判例タイムズ誌と並ぶ最も一般的な判例紹介誌であり[2]、判例を入手し、書籍や論文等に引用するためによく用いられる。
民集・刑集等の公式判例集に登載されていない判例(時にこれらの公式判例集に登載されている判例も)で本誌に掲載されたものは、本誌の号数と冒頭のページ数をとって「東京地判平成○年○月○日判時○号○頁」[3]のような形で引用されることが多い。
また、例年「最高裁判所民事(刑事)破棄判決等の実情」など最高裁判所調査官が最高裁判例を紹介・解説した記事が掲載されるほか、各種連載記事や論文も掲載されている。2017年より判例時報賞として学術論文を公募し、表彰・誌上に掲載している。なお、判例時報社としては少数ながら、単行本の刊行も行なっている。
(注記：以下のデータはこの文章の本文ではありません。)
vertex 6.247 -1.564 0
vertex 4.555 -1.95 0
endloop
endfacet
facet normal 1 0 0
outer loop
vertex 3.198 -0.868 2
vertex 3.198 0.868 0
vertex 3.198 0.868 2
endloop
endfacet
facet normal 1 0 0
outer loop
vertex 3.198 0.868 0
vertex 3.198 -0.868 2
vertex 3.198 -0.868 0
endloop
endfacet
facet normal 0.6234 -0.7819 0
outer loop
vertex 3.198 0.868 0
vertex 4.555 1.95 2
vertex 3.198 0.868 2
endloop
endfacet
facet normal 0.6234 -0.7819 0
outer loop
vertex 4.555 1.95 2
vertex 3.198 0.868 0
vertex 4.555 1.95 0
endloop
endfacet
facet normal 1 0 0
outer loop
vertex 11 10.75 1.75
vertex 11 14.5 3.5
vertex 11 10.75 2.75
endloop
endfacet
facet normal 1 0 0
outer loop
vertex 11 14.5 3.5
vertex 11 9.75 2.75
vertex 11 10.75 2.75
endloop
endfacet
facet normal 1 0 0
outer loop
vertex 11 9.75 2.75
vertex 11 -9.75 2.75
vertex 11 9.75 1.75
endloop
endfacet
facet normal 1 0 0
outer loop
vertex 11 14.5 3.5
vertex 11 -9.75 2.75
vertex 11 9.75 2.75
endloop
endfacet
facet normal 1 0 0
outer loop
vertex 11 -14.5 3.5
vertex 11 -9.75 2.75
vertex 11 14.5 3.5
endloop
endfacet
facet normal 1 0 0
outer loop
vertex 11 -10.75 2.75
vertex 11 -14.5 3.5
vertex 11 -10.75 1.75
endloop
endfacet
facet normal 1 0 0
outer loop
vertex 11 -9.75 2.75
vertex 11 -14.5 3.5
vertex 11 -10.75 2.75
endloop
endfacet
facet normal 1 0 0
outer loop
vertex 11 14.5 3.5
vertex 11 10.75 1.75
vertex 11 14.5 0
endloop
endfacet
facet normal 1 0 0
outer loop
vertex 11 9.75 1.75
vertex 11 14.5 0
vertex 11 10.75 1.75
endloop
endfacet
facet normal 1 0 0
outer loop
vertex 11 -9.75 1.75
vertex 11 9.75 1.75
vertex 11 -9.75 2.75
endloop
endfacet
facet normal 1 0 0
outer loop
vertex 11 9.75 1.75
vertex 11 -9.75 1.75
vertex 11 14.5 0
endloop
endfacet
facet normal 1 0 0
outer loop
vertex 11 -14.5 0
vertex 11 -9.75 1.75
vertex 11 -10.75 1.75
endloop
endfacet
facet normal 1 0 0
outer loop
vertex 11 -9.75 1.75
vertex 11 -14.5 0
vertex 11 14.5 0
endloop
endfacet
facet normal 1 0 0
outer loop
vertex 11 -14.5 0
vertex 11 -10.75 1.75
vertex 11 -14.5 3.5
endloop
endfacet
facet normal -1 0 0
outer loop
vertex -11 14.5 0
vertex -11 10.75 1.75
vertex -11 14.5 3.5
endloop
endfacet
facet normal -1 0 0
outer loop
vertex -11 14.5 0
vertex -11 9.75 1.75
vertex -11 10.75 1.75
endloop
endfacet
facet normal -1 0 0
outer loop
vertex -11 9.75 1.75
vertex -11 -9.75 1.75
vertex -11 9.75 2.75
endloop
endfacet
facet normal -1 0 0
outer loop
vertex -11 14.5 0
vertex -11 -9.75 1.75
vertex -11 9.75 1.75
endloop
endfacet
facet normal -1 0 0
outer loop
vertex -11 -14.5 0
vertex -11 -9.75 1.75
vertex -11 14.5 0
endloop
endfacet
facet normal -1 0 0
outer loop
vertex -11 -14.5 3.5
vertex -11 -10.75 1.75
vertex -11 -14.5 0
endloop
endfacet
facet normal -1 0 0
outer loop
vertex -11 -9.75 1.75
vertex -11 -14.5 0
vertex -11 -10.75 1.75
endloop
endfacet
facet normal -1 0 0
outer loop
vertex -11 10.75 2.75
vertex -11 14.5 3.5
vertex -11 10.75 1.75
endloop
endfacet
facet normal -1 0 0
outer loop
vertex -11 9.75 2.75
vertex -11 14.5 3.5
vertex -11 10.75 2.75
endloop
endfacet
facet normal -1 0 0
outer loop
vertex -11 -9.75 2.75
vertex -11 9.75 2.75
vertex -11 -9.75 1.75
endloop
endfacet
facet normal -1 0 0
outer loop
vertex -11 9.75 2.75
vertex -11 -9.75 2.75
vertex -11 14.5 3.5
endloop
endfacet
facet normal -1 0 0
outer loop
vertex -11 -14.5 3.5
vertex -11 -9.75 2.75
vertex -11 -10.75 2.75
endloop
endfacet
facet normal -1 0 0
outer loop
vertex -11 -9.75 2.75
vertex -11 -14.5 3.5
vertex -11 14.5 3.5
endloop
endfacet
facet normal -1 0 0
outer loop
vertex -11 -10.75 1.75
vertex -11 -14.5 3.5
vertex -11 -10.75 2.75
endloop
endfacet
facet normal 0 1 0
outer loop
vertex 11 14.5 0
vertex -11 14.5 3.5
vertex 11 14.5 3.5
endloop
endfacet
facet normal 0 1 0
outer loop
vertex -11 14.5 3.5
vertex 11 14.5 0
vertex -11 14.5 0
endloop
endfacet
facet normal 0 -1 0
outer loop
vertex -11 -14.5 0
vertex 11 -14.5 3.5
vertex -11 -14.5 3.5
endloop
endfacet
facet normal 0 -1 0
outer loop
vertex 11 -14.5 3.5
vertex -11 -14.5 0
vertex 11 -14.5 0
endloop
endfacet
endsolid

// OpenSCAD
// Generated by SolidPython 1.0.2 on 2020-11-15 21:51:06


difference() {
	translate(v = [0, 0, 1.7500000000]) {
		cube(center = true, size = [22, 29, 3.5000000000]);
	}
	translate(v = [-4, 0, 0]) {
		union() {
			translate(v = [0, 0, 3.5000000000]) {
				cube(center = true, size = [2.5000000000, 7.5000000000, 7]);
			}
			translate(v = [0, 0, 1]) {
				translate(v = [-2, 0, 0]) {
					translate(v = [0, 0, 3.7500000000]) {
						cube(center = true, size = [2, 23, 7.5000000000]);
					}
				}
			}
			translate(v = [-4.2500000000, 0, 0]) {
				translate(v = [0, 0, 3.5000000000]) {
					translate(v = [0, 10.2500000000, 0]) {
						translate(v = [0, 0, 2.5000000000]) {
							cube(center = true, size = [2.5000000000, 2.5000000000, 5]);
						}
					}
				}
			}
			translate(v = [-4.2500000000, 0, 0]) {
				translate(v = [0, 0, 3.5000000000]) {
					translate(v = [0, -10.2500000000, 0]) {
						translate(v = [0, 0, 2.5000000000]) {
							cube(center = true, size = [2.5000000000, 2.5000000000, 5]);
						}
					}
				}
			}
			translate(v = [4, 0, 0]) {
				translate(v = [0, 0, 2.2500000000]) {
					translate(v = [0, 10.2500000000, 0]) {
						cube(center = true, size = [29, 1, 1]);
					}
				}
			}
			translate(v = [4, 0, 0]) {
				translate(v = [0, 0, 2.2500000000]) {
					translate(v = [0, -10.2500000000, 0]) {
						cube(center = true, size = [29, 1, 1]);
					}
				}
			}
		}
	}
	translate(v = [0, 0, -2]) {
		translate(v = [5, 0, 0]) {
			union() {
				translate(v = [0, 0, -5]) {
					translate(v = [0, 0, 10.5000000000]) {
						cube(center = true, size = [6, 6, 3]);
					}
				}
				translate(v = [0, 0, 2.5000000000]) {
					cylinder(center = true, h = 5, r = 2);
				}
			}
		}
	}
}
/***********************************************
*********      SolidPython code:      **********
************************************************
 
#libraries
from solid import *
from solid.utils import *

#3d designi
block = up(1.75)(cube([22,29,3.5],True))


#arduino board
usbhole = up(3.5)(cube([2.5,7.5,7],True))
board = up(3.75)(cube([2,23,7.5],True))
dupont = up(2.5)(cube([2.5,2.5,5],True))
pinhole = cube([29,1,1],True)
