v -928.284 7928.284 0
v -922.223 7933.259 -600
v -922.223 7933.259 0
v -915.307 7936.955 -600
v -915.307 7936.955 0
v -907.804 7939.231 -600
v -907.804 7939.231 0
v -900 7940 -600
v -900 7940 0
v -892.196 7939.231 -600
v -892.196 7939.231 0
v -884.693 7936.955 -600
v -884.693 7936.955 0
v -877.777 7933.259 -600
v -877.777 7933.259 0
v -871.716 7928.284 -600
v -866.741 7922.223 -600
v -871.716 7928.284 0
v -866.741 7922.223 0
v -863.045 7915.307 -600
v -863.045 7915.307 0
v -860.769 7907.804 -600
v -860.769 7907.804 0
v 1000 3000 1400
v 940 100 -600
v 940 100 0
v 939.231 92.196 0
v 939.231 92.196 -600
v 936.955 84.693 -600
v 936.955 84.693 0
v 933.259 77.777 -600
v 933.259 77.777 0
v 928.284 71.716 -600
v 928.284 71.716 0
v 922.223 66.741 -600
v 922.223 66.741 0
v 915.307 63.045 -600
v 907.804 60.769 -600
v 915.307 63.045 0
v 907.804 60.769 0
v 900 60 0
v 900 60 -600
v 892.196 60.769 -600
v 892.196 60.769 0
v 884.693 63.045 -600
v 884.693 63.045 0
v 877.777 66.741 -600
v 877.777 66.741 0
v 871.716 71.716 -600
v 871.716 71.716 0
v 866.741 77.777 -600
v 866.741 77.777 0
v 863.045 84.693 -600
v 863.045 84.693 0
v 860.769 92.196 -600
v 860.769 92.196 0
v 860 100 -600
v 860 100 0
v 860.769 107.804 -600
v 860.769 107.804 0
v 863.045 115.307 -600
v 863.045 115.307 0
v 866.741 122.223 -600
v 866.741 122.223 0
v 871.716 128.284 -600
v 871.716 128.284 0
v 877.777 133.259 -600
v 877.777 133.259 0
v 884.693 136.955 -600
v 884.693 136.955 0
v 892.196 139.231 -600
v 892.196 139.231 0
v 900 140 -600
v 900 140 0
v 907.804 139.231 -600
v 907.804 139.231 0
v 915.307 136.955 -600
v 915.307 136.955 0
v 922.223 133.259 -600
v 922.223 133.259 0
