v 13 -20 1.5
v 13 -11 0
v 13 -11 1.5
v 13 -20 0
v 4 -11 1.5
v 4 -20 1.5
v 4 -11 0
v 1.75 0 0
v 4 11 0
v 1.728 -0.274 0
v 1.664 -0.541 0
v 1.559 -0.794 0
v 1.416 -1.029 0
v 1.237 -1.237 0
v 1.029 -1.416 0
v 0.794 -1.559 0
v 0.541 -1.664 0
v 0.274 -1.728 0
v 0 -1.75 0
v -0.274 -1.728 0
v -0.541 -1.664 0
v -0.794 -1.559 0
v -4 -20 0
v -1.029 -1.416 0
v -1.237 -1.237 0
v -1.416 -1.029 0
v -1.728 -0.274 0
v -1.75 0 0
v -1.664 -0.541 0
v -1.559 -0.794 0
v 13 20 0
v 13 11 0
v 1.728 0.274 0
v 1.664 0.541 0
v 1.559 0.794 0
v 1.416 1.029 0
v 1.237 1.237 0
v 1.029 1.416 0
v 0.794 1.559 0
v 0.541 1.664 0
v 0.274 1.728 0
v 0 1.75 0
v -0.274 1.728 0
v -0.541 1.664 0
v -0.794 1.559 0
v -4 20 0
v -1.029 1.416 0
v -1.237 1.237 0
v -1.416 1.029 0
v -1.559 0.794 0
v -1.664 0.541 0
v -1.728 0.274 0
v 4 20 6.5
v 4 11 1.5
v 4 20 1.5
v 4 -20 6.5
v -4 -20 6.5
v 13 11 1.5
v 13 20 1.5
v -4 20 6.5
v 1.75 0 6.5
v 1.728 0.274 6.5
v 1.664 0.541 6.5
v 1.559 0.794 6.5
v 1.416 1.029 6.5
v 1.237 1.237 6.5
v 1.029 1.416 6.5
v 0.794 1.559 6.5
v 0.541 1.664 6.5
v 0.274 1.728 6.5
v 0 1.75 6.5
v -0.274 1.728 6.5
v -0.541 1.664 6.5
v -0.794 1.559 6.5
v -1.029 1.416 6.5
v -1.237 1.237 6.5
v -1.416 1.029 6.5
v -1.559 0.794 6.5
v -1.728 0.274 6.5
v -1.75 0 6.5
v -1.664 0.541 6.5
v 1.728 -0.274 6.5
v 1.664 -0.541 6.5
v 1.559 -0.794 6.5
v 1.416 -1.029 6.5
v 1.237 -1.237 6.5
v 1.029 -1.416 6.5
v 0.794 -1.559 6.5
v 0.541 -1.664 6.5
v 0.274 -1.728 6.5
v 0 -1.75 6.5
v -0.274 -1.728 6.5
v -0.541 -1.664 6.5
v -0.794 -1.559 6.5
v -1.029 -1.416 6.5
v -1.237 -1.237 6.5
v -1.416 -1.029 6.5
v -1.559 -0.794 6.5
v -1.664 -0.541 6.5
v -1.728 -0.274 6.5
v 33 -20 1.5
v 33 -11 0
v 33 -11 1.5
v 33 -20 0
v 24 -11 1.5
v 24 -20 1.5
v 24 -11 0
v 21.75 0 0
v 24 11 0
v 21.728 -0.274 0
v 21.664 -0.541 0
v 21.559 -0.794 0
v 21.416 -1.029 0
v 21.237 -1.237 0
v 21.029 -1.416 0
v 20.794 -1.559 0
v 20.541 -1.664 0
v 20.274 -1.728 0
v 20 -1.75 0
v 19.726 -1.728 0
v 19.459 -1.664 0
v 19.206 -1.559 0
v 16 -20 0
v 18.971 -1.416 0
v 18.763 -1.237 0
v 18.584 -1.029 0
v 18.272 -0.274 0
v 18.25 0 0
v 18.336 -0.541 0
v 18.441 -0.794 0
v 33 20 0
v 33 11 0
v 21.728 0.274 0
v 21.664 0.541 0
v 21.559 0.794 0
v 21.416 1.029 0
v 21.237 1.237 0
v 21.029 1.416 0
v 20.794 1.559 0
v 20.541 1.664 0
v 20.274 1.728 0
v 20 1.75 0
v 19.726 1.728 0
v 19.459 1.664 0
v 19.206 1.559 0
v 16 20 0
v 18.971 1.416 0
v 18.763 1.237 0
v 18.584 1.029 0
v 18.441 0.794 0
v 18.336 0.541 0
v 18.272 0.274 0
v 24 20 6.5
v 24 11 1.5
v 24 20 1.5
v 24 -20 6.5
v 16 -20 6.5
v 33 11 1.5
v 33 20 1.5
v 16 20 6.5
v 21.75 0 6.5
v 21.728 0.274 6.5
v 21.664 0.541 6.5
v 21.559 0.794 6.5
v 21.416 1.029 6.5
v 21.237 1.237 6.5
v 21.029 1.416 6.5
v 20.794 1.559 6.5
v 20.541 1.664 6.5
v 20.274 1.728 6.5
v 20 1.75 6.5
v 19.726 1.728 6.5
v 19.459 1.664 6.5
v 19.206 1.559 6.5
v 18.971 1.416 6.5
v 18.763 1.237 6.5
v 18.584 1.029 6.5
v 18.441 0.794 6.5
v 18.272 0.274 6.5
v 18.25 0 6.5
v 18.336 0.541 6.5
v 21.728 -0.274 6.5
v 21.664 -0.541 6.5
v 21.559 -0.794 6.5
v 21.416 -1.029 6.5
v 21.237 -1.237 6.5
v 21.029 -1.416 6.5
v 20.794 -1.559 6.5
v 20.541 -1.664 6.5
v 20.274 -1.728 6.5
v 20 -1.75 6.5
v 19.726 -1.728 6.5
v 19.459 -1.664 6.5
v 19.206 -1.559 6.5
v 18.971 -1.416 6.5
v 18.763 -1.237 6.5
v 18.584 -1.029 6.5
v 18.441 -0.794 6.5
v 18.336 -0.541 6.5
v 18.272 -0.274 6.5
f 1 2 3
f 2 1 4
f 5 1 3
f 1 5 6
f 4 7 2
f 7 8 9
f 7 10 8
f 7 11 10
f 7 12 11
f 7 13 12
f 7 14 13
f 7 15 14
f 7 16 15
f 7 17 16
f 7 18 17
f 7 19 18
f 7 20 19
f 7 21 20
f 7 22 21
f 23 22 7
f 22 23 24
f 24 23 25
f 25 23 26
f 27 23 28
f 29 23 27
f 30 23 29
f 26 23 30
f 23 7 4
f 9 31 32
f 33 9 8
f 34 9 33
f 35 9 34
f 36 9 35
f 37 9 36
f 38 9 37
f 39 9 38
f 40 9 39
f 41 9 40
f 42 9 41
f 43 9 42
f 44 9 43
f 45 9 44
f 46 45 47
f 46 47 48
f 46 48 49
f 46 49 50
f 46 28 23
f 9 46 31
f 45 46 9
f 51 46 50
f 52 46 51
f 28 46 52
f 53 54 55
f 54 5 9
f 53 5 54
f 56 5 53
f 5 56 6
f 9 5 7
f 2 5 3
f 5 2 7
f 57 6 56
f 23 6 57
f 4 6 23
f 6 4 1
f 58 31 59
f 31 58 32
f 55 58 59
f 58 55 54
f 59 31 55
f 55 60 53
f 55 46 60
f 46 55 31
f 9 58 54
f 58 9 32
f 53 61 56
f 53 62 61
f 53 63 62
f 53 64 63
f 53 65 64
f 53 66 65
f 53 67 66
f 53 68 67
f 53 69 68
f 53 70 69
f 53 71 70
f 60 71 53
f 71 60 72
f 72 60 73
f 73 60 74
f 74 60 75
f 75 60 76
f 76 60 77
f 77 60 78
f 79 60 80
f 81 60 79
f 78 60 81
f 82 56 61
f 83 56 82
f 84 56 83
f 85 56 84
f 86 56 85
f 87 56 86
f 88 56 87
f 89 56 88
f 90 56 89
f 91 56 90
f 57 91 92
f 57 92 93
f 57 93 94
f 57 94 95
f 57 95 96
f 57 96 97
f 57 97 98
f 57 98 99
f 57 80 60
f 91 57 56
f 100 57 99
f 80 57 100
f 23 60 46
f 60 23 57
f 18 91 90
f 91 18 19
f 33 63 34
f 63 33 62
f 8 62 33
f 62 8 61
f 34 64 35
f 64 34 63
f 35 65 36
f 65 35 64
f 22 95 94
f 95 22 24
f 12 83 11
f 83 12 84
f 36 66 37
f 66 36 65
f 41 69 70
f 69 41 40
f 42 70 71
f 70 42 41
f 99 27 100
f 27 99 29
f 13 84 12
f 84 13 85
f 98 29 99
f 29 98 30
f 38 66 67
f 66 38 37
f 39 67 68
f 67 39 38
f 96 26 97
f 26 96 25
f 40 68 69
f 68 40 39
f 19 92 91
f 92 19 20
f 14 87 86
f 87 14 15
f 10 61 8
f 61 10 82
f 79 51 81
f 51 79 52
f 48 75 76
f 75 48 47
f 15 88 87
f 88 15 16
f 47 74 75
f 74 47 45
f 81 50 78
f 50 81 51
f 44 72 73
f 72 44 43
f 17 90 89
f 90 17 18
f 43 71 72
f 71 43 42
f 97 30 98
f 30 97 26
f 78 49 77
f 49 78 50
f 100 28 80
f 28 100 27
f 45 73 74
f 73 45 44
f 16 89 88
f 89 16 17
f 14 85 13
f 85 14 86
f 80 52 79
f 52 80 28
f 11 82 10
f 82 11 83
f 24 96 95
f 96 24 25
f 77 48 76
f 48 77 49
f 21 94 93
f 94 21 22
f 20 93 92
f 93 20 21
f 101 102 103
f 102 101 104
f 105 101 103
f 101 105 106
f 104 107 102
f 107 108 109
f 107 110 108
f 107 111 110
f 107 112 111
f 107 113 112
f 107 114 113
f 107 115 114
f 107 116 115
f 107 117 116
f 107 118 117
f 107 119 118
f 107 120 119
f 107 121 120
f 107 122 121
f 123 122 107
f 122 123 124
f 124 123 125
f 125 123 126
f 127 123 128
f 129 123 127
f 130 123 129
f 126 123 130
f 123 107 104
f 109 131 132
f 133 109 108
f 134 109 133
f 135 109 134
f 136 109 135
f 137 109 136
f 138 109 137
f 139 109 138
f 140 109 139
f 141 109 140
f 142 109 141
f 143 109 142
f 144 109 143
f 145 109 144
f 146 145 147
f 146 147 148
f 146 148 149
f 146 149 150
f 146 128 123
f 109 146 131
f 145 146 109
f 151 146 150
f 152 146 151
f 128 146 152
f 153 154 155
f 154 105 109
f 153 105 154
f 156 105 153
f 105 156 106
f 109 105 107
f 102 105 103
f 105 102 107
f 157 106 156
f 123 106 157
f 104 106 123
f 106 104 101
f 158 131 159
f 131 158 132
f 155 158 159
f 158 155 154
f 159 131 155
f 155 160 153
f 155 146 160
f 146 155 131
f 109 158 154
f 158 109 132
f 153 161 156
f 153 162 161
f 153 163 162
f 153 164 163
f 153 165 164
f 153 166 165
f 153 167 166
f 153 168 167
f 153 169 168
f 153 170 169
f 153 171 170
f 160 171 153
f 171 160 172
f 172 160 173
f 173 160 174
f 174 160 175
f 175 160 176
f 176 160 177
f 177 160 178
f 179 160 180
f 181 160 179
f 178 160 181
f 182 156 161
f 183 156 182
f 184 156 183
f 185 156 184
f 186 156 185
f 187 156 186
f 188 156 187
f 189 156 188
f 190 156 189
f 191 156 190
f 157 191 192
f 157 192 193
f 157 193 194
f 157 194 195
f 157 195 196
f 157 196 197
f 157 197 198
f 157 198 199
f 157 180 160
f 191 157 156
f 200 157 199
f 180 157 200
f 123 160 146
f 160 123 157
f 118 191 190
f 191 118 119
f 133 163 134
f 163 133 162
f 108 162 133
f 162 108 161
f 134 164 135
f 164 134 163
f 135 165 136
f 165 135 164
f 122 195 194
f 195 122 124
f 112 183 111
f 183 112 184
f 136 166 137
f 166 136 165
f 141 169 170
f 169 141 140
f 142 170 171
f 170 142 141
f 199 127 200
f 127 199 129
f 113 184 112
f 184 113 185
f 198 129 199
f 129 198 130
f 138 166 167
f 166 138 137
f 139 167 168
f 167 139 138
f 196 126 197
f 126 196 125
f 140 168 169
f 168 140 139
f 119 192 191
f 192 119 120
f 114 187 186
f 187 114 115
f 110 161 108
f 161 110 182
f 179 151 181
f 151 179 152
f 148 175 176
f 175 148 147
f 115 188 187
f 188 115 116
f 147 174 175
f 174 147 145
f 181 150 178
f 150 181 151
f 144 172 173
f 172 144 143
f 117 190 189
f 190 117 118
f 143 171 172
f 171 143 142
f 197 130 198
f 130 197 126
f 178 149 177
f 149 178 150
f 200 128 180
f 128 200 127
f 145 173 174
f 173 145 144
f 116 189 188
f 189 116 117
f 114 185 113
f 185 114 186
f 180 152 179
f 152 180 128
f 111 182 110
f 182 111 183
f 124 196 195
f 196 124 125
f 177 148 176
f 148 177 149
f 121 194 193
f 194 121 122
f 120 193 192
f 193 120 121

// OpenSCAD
eps = 0.01;
N = 2;
M = 1;

module ecd_holder()
{
  difference()
  {
    translate([-8/2, -40/2, 0])
    {
      cube([8, 40, 5+1.5]);
      for(dy=[0, 40-9])
        translate([8, dy, 0])
          cube([9, 9, 1.5]);
    }
    // screw hole
    translate([0, 0, -eps])
      cylinder(d=3.5, h=10, $fn=40);
  }
}

for(iy=[0:M-1])
  for(ix=[0:N-1])
    translate([ix*20, iy*45, 0])
      ecd_holder();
毎月1日号には別冊として「判例評論」が綴じ込まれている。2022年より紙版の購読者(紙版に搭載されたシリアルナンバーの入手者)に限り、電子版の販売が開始された。もともと、月3回発行・縦組み判型であったが、2025年4月より誌面の大幅リニューアルを行い、判決原本の書式に合わせて誌面を横組み化。また同時に刊行ペースも月2回発行となる。
判例時報賞
2017年より判例時報賞として法学研究者と法曹実務家を対象に学術論文を公募し、表彰・誌上に掲載している[4]。これまでのところ、受賞者は奨励賞、特別賞、審査委員特別賞のいずれかでの選出であり、大賞である判例時報賞は選出されていない。誌上で発表された受賞者は以下。
第1回(2017年)
平野哲郎(奨励賞) 「医師民事責任の構造と立証責任 ― 医療過誤の契約法理による解決 ―」
山内久光(奨励賞) 「遺産分割審判に関する『平成28年12月19日付け最高裁大法廷決定』についての一考察― 払戻に応じた金融機関の保護について ―」
第2回(2018年)
木岡昌裕(奨励賞) 「実質的担保目的の認定――その基本的視座の探求と平成18年2月7日最高裁第三小法廷判決の解釈」
清野正彦(奨励賞) 「法規範の分析を通じて法解釈及び紛争解決に新たな視点を導入する試み」
第3回(2019年)
舘彰男(奨励賞) 「幅のある真実――合法性の原則の超克による租税争訟における和解の許容性――」
第4回(2020年)
古谷真良(特別賞) 「民事手続きにおける制裁の淵源と限界」
近藤博徳(特別賞) 「民法787条但書の憲法14条1項適合性」
第5回(2021年)
黒川健(奨励賞)「受益者連続型信託における受託者の公平義務」
第6回(2022年)
渡邉拓(特別賞) 「追完請求権を巡る実務上の諸問題についての総合的考察」
大角洋平(特別賞) 「身体拘束中の被疑者に対する取調べ前の権利告知制度の機能的分析」
第7回(2024年)
西内康人(奨励賞) 「連帯債務と債務発生原因」
吉永公平(特別賞) 「努力義務化する社会への警鐘-努力義務の義務性を中心とした努力義務規定の多角的法的検討-」
第8回(2025年)
山本真(奨励賞) 「家事審判・調停における単純執行文の要否に関する一考察」
佐々木優(特別賞) 「『実演家』の新たな形態と法制一外国法における子どもインフルエンサー法立法の動向を視野に入れて」
なお、 本誌で公表されなかった審査委員特別賞と特別賞につき、他誌発表論文から受賞者がうかがえる。第1回審査委員特別賞・巽智彦(受賞当時・成蹊大学法学部准教授、現・東京大学法学部准教授)[5]、第5回特別賞・西内康人(京都大学法学部教授)[6]など。